Transcribe, verbatim, every line from the start of the entries through the line that contains "#18=DIRECTION('',(1.,0.,0.));"; include both boundary lines and omit all others.

[Stored data]
----------

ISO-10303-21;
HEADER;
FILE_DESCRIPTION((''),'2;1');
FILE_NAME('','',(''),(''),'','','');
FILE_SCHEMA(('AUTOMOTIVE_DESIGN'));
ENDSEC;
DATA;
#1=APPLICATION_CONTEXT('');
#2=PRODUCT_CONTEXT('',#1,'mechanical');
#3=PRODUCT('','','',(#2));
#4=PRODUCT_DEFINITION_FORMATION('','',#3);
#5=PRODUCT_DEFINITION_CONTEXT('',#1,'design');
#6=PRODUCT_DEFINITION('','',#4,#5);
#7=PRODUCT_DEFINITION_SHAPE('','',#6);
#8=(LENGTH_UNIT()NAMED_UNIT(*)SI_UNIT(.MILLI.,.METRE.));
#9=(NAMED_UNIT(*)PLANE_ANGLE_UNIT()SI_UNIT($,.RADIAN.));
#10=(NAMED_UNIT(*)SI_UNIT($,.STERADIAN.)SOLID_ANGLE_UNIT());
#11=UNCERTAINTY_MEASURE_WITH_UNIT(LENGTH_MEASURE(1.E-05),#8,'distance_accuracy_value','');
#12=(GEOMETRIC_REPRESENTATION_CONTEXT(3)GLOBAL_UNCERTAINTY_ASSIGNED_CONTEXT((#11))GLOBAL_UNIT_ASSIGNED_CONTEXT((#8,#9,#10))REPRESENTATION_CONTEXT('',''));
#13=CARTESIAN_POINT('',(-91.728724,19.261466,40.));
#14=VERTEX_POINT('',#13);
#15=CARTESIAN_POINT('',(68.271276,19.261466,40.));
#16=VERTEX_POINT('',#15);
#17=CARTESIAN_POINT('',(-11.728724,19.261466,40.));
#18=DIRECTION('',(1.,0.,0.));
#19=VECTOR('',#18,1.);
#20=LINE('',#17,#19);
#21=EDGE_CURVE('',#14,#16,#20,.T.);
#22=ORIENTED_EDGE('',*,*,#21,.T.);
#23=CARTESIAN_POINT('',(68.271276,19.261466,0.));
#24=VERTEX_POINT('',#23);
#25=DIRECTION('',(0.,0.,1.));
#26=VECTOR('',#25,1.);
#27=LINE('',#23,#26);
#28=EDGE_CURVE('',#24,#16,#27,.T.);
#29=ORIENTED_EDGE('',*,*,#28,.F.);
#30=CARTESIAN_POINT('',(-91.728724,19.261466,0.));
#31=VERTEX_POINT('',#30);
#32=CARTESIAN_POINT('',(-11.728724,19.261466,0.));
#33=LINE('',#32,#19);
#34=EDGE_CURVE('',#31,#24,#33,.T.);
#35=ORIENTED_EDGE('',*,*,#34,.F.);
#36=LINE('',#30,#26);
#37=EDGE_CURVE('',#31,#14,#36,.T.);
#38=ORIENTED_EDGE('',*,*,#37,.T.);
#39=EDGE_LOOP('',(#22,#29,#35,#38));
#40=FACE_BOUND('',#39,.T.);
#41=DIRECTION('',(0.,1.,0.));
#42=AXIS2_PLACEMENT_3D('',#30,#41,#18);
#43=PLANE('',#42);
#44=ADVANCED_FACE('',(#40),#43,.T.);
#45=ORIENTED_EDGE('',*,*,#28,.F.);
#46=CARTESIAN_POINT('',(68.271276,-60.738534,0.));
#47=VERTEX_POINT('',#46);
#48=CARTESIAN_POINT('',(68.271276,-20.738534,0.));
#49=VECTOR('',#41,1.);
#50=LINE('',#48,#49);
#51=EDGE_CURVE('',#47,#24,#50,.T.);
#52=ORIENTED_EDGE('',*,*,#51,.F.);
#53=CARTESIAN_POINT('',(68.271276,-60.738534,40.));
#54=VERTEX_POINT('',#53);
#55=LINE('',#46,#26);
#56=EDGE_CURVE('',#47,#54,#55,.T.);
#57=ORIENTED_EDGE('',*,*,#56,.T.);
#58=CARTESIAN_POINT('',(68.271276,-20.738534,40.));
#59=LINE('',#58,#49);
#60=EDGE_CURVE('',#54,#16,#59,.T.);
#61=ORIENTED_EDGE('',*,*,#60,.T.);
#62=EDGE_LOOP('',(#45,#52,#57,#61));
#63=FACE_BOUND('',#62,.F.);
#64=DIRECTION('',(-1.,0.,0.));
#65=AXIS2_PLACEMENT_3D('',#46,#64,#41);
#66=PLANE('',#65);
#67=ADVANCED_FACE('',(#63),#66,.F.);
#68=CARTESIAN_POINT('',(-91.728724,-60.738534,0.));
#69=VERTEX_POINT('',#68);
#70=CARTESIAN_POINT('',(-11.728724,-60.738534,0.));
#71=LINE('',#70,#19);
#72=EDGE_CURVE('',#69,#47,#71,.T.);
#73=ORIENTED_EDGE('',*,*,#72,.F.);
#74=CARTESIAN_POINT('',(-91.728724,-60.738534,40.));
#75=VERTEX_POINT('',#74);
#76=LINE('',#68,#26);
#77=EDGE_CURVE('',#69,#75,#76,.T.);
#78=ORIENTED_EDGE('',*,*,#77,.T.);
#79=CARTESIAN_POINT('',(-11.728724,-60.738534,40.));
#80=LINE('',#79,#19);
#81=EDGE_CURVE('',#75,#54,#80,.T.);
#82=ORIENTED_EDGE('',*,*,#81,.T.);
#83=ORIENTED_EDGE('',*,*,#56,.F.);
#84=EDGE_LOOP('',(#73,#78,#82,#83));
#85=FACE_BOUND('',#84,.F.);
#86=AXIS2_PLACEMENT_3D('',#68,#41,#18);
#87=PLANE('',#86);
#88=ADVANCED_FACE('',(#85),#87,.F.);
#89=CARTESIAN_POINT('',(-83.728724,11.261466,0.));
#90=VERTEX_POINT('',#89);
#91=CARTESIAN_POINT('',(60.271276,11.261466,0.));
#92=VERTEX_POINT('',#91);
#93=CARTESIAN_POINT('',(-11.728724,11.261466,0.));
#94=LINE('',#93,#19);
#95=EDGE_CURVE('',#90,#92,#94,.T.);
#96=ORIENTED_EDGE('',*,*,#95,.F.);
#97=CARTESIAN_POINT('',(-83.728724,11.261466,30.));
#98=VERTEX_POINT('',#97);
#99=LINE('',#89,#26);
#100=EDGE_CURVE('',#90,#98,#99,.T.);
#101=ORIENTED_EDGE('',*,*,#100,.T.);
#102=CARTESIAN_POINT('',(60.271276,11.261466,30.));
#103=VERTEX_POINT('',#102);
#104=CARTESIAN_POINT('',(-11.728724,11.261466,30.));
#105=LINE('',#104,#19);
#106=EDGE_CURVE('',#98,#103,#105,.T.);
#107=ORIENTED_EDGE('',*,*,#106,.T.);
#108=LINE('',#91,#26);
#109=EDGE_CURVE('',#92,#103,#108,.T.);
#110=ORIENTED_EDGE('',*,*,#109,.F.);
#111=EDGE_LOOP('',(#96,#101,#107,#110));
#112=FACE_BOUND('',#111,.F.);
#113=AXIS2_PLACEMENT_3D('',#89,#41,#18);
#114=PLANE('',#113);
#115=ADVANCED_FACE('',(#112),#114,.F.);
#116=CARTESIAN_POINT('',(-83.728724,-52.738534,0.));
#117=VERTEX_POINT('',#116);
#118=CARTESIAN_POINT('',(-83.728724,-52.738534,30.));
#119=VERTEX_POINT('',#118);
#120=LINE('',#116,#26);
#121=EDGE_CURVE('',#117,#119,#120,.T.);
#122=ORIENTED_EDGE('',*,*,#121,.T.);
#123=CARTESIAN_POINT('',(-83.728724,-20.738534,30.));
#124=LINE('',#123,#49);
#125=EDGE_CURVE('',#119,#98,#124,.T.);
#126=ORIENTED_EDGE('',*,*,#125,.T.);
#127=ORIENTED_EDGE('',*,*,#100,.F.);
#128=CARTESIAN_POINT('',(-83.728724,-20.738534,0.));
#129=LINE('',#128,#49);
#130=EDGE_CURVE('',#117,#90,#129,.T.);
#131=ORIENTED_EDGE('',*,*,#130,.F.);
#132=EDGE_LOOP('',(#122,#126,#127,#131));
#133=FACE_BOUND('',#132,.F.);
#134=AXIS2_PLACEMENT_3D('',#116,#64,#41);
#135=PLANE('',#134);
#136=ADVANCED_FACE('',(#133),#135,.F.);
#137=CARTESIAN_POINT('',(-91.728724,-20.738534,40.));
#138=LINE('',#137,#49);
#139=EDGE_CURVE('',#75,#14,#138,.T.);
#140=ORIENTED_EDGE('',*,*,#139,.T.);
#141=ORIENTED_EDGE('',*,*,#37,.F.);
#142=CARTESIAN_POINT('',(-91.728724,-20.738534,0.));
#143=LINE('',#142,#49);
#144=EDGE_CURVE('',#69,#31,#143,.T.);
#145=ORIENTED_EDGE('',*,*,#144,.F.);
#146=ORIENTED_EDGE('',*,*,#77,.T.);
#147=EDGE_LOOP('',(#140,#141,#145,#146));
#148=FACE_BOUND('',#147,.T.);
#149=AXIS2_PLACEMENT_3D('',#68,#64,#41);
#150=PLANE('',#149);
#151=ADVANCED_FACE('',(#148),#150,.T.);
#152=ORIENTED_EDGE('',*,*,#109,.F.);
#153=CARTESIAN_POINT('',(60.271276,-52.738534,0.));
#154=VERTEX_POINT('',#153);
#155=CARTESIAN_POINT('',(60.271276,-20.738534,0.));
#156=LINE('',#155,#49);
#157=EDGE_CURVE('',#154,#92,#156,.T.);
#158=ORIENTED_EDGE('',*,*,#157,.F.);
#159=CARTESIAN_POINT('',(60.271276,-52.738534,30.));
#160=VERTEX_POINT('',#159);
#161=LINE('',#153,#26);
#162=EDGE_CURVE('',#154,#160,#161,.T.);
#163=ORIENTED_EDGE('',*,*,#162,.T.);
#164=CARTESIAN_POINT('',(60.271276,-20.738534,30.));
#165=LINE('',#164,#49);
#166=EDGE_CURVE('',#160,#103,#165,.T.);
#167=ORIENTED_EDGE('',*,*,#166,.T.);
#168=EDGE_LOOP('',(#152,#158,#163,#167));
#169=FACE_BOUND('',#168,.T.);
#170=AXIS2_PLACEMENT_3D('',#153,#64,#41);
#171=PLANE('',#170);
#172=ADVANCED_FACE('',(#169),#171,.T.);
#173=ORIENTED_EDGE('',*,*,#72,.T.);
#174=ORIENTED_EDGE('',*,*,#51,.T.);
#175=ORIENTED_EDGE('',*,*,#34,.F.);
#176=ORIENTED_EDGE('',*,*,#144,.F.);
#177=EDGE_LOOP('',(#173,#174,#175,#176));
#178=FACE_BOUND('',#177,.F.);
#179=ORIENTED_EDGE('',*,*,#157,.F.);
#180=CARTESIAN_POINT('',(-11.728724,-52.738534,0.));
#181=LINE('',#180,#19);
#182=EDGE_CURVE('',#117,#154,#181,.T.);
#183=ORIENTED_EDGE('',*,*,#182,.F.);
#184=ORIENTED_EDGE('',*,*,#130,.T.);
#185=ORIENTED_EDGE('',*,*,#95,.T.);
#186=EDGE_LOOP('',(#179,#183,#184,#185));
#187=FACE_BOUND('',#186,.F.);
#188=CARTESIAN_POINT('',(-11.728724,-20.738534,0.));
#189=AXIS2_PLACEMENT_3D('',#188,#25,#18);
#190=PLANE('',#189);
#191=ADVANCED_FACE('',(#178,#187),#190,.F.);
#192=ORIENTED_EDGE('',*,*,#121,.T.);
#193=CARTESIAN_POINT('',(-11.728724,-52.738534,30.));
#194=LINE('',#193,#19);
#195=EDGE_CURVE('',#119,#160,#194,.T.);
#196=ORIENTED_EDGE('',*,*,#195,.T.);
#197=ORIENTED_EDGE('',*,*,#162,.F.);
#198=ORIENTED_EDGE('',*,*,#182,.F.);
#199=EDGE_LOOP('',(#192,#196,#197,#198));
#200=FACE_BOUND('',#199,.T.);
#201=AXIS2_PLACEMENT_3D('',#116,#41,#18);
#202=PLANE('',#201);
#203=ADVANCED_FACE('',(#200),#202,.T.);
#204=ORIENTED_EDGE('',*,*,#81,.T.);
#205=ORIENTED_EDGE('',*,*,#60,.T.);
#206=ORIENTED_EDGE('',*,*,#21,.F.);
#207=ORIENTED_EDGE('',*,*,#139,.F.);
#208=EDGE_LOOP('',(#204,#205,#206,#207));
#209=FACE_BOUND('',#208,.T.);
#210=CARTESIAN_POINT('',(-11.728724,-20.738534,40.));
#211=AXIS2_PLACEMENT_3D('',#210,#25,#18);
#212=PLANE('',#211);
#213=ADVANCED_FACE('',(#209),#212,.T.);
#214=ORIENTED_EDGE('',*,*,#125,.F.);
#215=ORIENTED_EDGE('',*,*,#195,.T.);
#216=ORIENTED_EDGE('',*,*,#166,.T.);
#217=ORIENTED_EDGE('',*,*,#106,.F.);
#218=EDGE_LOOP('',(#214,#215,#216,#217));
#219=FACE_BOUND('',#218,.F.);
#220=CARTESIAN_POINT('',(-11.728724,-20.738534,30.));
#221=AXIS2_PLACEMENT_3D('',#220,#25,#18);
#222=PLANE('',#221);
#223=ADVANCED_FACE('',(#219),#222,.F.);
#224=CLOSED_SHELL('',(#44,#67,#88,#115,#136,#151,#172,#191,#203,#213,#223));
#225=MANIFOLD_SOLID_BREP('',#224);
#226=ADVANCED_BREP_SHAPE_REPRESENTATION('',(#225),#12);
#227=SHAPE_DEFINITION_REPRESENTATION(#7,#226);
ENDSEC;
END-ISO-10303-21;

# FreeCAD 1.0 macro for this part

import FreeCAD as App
import Part
import Sketcher
Q = App.Units.Quantity

doc = App.newDocument("Part")
body = doc.addObject("PartDesign::Body", "Body")

# Sketch on XY plane
sketch1 = doc.addObject("Sketcher::SketchObject", "Sketch")
body.addObject(sketch1)
sketch1.AttachmentSupport = (doc.XY_Plane, [""])
sketch1.MapMode = "FlatFace"
sketch1.addGeometry(Part.LineSegment(App.Vector(-92, 19, 0), App.Vector(-92, -61, 0)), False)
sketch1.addGeometry(Part.LineSegment(App.Vector(-92, -61, 0), App.Vector(68, -61, 0)), False)
sketch1.addGeometry(Part.LineSegment(App.Vector(68, -61, 0), App.Vector(68, 19, 0)), False)
sketch1.addGeometry(Part.LineSegment(App.Vector(68, 19, 0), App.Vector(-92, 19, 0)), False)
sketch1.addConstraint(Sketcher.Constraint("Coincident", 0, 2, 1, 1))
sketch1.addConstraint(Sketcher.Constraint("Coincident", 1, 2, 2, 1))
sketch1.addConstraint(Sketcher.Constraint("Coincident", 2, 2, 3, 1))
sketch1.addConstraint(Sketcher.Constraint("Coincident", 3, 2, 0, 1))
sketch1.addConstraint(Sketcher.Constraint("Vertical", 0))
sketch1.addConstraint(Sketcher.Constraint("Horizontal", 1))
sketch1.addConstraint(Sketcher.Constraint("Vertical", 2))
sketch1.addConstraint(Sketcher.Constraint("Horizontal", 3))
sketch1.addConstraint(Sketcher.Constraint("DistanceX", 1, 1, 1, 2, Q("160 mm")))
sketch1.addConstraint(Sketcher.Constraint("DistanceY", 0, 2, 0, 1, Q("80 mm")))
sketch1.addConstraint(Sketcher.Constraint("DistanceX", 0, 2, -1, 1, Q("91.728724 mm")))
sketch1.addConstraint(Sketcher.Constraint("DistanceY", 0, 2, -1, 1, Q("60.738534 mm")))
pad1 = doc.addObject("PartDesign::Pad", "Pad")
body.addObject(pad1)
pad1.Profile = sketch1
pad1.Length = 40

# Sketch on XY plane
sketch2 = doc.addObject("Sketcher::SketchObject", "Sketch001")
body.addObject(sketch2)
sketch2.AttachmentSupport = (doc.XY_Plane, [""])
sketch2.MapMode = "FlatFace"
sketch2.addGeometry(Part.LineSegment(App.Vector(-84, 11, 0), App.Vector(-84, -53, 0)), False)
sketch2.addGeometry(Part.LineSegment(App.Vector(-84, -53, 0), App.Vector(60, -53, 0)), False)
sketch2.addGeometry(Part.LineSegment(App.Vector(60, -53, 0), App.Vector(60, 11, 0)), False)
sketch2.addGeometry(Part.LineSegment(App.Vector(60, 11, 0), App.Vector(-84, 11, 0)), False)
sketch2.addConstraint(Sketcher.Constraint("Coincident", 0, 2, 1, 1))
sketch2.addConstraint(Sketcher.Constraint("Coincident", 1, 2, 2, 1))
sketch2.addConstraint(Sketcher.Constraint("Coincident", 2, 2, 3, 1))
sketch2.addConstraint(Sketcher.Constraint("Coincident", 3, 2, 0, 1))
sketch2.addConstraint(Sketcher.Constraint("Vertical", 0))
sketch2.addConstraint(Sketcher.Constraint("Horizontal", 1))
sketch2.addConstraint(Sketcher.Constraint("Vertical", 2))
sketch2.addConstraint(Sketcher.Constraint("Horizontal", 3))
sketch2.addConstraint(Sketcher.Constraint("DistanceX", 1, 1, 1, 2, Q("144 mm")))
sketch2.addConstraint(Sketcher.Constraint("DistanceY", 0, 2, 0, 1, Q("64 mm")))
sketch2.addConstraint(Sketcher.Constraint("DistanceX", 0, 2, -1, 1, Q("83.728724 mm")))
sketch2.addConstraint(Sketcher.Constraint("DistanceY", 0, 2, -1, 1, Q("52.738534 mm")))
pocket1 = doc.addObject("PartDesign::Pocket", "Pocket")
body.addObject(pocket1)
pocket1.Profile = sketch2
pocket1.Length = 30
pocket1.Reversed = True

doc.recompute()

----------

■ FINISHED EXERCISE:
ISO-10303-21;
HEADER;
FILE_DESCRIPTION((''),'2;1');
FILE_NAME('','',(''),(''),'','','');
FILE_SCHEMA(('AUTOMOTIVE_DESIGN'));
ENDSEC;
DATA;
#1=APPLICATION_CONTEXT('');
#2=PRODUCT_CONTEXT('',#1,'mechanical');
#3=PRODUCT('','','',(#2));
#4=PRODUCT_DEFINITION_FORMATION('','',#3);
#5=PRODUCT_DEFINITION_CONTEXT('',#1,'design');
#6=PRODUCT_DEFINITION('','',#4,#5);
#7=PRODUCT_DEFINITION_SHAPE('','',#6);
#8=(LENGTH_UNIT()NAMED_UNIT(*)SI_UNIT(.MILLI.,.METRE.));
#9=(NAMED_UNIT(*)PLANE_ANGLE_UNIT()SI_UNIT($,.RADIAN.));
#10=(NAMED_UNIT(*)SI_UNIT($,.STERADIAN.)SOLID_ANGLE_UNIT());
#11=UNCERTAINTY_MEASURE_WITH_UNIT(LENGTH_MEASURE(1.E-05),#8,'distance_accuracy_value','');
#12=(GEOMETRIC_REPRESENTATION_CONTEXT(3)GLOBAL_UNCERTAINTY_ASSIGNED_CONTEXT((#11))GLOBAL_UNIT_ASSIGNED_CONTEXT((#8,#9,#10))REPRESENTATION_CONTEXT('',''));
#13=CARTESIAN_POINT('',(-91.728724,19.261466,40.));
#14=VERTEX_POINT('',#13);
#15=CARTESIAN_POINT('',(68.271276,19.261466,40.));
#16=VERTEX_POINT('',#15);
#17=CARTESIAN_POINT('',(-11.728724,19.261466,40.));
#18=DIRECTION('',(1.,0.,0.));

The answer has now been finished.